Part one: in the activity I use, I manually detect long (10 seconds) on-screen presses that are consistent with the droplet that starts blocking pressing. I am using dispatchTouchEvent () for this and this is normal.

Part two. So, I am discovering a new activity and actually drawing rain and telling the user to "erase this drop of rain." The new activity opens perfectly, and I can successfully draw circles anywhere.

The problem is that the new activity does not receive any sensory events for this very first press ... a long press that has not stopped yet. Not getting the "new" ACTION_DOWN is understandable ... I already grabbed this. However, if I raise my finger, there is no ACTION_UP. After raising the initial click, each one works fine: I can touch the screen, the circle is drawn around the spot instantly, and it will move if I drag my finger, so there’s no problem.

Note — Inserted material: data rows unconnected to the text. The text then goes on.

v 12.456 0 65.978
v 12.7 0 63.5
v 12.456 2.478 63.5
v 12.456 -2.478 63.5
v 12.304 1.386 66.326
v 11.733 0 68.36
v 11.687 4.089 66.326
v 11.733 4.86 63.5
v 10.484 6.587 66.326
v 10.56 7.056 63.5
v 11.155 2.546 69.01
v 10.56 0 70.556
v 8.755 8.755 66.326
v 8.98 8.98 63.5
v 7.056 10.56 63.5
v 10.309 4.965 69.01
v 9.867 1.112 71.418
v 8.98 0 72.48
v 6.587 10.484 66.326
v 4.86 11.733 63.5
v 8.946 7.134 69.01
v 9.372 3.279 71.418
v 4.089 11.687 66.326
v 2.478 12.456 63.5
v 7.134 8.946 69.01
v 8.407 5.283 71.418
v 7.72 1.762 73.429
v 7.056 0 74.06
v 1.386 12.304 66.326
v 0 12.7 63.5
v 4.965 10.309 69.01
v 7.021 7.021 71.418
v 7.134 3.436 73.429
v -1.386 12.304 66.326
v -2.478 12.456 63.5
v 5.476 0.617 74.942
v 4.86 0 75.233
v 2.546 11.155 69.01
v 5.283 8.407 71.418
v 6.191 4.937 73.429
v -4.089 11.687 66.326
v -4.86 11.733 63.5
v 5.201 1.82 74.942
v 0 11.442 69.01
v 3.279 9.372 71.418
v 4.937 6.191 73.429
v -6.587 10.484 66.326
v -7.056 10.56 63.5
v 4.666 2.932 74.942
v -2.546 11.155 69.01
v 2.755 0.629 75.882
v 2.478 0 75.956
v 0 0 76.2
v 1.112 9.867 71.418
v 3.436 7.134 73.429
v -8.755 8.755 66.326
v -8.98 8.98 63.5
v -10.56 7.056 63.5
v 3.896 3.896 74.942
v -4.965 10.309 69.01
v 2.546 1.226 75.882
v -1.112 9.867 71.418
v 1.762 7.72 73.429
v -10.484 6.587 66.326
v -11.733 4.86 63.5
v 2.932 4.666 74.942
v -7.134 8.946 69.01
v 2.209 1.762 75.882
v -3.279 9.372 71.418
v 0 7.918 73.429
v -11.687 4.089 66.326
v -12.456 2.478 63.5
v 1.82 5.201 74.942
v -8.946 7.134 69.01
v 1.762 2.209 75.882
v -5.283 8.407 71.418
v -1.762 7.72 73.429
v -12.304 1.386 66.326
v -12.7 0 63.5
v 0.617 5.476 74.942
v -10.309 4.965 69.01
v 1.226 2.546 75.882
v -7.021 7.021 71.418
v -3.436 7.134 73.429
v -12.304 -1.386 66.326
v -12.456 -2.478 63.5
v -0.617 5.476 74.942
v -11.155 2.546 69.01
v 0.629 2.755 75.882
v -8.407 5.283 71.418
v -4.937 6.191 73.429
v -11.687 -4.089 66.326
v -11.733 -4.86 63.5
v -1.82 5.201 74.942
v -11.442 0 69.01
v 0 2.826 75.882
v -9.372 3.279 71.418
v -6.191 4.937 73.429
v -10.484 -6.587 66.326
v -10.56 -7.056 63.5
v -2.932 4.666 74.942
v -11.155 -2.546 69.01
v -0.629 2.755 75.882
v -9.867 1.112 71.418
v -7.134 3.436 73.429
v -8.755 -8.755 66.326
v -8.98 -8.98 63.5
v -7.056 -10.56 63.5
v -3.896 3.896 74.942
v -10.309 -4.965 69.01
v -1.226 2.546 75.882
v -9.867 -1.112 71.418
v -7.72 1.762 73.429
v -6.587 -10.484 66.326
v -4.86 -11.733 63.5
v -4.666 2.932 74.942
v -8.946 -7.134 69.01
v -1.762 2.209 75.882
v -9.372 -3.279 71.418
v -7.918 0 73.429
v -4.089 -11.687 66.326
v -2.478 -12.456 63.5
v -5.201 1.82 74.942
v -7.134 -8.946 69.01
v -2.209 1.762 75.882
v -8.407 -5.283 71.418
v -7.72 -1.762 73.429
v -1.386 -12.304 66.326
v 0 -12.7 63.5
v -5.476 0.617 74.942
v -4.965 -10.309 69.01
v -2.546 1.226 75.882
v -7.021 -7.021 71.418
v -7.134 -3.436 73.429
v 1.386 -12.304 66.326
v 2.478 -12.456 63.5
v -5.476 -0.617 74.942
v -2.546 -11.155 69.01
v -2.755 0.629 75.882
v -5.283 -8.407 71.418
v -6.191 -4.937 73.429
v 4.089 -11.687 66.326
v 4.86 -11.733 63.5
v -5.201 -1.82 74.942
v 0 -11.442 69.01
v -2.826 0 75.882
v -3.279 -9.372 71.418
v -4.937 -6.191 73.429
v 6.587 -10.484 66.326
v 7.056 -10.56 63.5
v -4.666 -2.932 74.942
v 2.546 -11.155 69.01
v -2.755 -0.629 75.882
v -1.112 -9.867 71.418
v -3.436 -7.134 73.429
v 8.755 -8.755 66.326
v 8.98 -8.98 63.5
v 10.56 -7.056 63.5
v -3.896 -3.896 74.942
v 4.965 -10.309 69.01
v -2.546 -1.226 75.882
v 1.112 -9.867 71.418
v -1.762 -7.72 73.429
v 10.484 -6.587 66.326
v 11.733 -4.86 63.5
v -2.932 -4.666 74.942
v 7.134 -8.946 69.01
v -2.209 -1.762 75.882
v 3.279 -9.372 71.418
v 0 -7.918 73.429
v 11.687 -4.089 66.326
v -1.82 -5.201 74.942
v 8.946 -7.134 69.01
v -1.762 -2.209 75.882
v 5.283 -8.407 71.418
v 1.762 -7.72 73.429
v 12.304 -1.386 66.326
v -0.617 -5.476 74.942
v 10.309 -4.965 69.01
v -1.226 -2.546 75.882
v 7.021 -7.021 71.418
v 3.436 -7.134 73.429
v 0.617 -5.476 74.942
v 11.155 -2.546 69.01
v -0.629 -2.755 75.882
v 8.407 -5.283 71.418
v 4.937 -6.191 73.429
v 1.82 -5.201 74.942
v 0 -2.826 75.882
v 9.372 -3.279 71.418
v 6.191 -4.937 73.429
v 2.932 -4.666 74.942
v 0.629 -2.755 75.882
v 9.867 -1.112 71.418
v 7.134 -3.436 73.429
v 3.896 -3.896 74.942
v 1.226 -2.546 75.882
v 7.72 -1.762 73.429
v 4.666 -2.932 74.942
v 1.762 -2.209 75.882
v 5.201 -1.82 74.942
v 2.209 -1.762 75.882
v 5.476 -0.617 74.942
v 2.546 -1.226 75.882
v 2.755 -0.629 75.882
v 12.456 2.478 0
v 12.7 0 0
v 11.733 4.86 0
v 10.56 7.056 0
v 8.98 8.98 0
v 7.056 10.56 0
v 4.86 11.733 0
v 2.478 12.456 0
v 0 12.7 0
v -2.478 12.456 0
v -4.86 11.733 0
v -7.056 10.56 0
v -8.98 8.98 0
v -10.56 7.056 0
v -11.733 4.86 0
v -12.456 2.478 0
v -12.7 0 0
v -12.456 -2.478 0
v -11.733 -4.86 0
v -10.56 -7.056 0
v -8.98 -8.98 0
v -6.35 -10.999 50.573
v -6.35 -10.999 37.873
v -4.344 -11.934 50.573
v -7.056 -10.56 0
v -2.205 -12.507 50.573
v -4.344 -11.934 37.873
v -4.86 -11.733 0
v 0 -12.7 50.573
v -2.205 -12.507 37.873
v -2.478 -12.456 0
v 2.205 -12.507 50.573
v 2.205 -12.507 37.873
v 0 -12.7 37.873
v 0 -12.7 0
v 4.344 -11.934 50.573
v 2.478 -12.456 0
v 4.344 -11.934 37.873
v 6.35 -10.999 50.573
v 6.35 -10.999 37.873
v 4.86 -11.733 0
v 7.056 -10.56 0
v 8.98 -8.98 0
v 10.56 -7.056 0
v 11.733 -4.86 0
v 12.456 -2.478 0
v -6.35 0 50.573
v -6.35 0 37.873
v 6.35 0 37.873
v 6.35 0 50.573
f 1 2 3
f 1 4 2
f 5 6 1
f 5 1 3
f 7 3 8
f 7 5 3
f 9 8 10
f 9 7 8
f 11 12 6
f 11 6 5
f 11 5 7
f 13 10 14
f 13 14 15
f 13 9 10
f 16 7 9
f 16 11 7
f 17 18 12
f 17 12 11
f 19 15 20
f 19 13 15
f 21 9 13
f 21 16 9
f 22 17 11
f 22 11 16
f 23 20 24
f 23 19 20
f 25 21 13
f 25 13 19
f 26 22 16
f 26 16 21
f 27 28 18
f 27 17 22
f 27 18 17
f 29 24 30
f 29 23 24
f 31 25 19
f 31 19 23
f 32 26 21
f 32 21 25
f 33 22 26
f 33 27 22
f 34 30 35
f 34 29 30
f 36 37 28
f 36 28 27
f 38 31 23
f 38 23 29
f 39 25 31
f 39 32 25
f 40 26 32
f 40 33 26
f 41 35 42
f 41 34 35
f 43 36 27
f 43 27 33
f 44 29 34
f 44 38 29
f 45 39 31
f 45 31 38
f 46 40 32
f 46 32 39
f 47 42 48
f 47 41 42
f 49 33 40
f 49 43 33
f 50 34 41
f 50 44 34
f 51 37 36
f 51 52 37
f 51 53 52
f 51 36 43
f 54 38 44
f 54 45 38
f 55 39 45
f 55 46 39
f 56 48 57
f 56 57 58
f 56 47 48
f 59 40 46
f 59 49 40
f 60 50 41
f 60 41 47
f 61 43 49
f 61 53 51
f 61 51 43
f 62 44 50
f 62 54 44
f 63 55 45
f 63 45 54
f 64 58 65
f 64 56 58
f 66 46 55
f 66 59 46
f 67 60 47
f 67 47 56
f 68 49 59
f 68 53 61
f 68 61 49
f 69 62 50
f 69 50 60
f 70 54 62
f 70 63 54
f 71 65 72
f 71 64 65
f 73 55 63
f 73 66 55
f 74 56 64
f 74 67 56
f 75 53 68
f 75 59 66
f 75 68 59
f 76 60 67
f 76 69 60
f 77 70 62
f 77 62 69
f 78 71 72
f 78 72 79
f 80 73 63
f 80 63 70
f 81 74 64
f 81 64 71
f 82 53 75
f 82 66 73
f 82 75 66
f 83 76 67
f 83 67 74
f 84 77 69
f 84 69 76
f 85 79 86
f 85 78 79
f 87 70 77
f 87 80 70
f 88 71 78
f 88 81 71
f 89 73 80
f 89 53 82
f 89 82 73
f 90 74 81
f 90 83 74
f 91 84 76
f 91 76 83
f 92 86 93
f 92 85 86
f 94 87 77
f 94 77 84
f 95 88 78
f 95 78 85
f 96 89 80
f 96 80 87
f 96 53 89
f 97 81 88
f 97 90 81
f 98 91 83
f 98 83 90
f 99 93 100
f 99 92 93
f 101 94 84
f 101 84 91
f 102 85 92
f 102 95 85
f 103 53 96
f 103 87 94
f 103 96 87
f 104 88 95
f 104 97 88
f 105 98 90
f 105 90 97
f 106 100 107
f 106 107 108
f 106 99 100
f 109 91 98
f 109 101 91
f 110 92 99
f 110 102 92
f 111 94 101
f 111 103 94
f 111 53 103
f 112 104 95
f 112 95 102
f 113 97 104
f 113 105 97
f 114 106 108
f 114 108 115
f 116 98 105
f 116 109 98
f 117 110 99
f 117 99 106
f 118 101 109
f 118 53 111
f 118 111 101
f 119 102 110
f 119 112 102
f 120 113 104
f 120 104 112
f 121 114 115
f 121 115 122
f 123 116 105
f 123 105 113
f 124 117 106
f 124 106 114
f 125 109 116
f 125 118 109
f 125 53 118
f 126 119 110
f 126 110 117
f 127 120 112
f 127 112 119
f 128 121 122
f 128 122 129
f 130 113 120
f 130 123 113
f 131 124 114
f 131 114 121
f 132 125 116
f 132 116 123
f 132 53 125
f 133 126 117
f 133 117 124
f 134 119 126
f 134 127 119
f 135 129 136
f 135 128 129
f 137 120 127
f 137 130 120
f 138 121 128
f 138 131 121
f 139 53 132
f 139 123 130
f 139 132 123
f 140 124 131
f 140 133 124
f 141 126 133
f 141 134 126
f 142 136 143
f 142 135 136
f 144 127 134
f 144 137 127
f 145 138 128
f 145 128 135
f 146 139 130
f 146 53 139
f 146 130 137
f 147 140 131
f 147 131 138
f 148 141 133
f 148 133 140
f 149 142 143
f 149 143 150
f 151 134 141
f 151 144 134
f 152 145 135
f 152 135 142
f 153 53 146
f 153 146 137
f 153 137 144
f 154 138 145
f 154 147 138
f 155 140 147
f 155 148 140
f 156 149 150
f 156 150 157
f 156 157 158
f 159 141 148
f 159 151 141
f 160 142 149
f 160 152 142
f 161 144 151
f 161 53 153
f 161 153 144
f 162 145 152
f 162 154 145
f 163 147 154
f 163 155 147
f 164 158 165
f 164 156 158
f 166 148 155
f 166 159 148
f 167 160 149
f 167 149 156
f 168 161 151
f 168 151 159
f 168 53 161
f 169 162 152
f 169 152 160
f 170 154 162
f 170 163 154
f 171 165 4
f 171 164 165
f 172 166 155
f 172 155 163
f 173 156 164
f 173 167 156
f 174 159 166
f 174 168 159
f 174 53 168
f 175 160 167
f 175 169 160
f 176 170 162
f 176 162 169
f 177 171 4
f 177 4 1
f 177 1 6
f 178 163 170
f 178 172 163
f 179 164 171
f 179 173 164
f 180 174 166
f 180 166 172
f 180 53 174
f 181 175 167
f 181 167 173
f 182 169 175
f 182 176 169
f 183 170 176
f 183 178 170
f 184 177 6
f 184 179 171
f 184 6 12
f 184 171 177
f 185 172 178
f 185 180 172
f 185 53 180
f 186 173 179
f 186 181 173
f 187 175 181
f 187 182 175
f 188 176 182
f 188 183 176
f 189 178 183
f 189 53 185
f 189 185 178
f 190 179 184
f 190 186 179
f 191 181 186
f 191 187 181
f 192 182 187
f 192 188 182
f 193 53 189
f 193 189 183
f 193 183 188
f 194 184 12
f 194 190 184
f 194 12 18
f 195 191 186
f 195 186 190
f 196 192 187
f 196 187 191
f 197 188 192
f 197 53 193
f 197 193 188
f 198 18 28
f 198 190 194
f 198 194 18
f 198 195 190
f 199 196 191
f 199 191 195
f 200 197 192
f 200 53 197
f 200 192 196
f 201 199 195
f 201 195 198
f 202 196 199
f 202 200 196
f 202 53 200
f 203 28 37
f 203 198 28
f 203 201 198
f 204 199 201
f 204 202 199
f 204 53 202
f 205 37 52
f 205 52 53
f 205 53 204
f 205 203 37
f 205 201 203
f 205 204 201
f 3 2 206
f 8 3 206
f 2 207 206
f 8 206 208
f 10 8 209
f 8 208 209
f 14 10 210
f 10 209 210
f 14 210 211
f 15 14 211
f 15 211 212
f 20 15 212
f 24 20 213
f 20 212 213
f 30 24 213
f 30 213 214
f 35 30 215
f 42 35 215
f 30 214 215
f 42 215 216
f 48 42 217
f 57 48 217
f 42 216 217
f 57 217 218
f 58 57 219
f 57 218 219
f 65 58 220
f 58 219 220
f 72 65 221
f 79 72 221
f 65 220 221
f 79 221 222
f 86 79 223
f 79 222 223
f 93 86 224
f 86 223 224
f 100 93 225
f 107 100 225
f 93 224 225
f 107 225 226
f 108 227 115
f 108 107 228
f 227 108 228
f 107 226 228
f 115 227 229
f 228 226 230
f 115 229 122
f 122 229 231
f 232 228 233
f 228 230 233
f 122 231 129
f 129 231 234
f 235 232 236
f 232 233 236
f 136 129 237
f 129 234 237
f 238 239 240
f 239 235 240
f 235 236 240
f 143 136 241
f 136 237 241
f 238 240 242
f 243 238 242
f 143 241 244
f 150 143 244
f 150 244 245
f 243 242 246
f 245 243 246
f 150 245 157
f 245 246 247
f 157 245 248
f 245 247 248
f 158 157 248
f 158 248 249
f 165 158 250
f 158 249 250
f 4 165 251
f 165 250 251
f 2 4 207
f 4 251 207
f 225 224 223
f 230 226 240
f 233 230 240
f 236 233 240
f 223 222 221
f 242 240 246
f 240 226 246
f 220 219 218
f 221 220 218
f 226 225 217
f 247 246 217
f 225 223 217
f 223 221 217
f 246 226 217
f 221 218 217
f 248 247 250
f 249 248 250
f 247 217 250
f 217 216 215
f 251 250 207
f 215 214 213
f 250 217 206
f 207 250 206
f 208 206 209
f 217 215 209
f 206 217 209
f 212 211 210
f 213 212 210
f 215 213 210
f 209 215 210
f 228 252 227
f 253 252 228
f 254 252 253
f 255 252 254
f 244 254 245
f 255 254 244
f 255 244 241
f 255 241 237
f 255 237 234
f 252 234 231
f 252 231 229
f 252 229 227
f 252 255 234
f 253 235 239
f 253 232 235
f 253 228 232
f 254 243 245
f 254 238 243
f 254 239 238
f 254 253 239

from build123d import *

# Parameters (mm, degrees)
F0_R     = 12.7
F1_DEPTH = 76.2
F2_R     = 12.7
F4_DEPTH = 50.8


with BuildPart() as f1:
    # F0 (on Top) → F1 (new body)
    with BuildSketch(Plane.XY):
        Circle(F0_R)
    extrude(amount=F1_DEPTH)

    # F2
    f2_edges = [f1.edges().sort_by_distance(p)[0] for p in [
        (-12.7, 0, 76.2),
    ]]
    fillet(f2_edges, radius=F2_R)

    # F3 (on Front) → F4 (cut)
    with BuildSketch(Plane.XZ):
        Polygon((-6.35, 37.873212), (0, 37.873212), (6.35, 37.873212), (6.35, 50.573212), (-6.35, 50.573212), align=None)
    extrude(amount=F4_DEPTH, mode=Mode.SUBTRACT)


solid = f1.part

How do I get the initial message that brought me here that still exists? This should be some kind of API poll, not an event, since I really want the current state, and I know that the event is already pulled in. To be clear, NO events come out of the dispatchTouchEvent () event until I first pull my finger off the screen (even shutting down doesn't create a detectable event).

(I could grab the coordinates from a previous activity and pass it ... but the problem is that the rain can glide over a 10-second waiting period. And I would prefer the activity to be autonomous when doing its job.)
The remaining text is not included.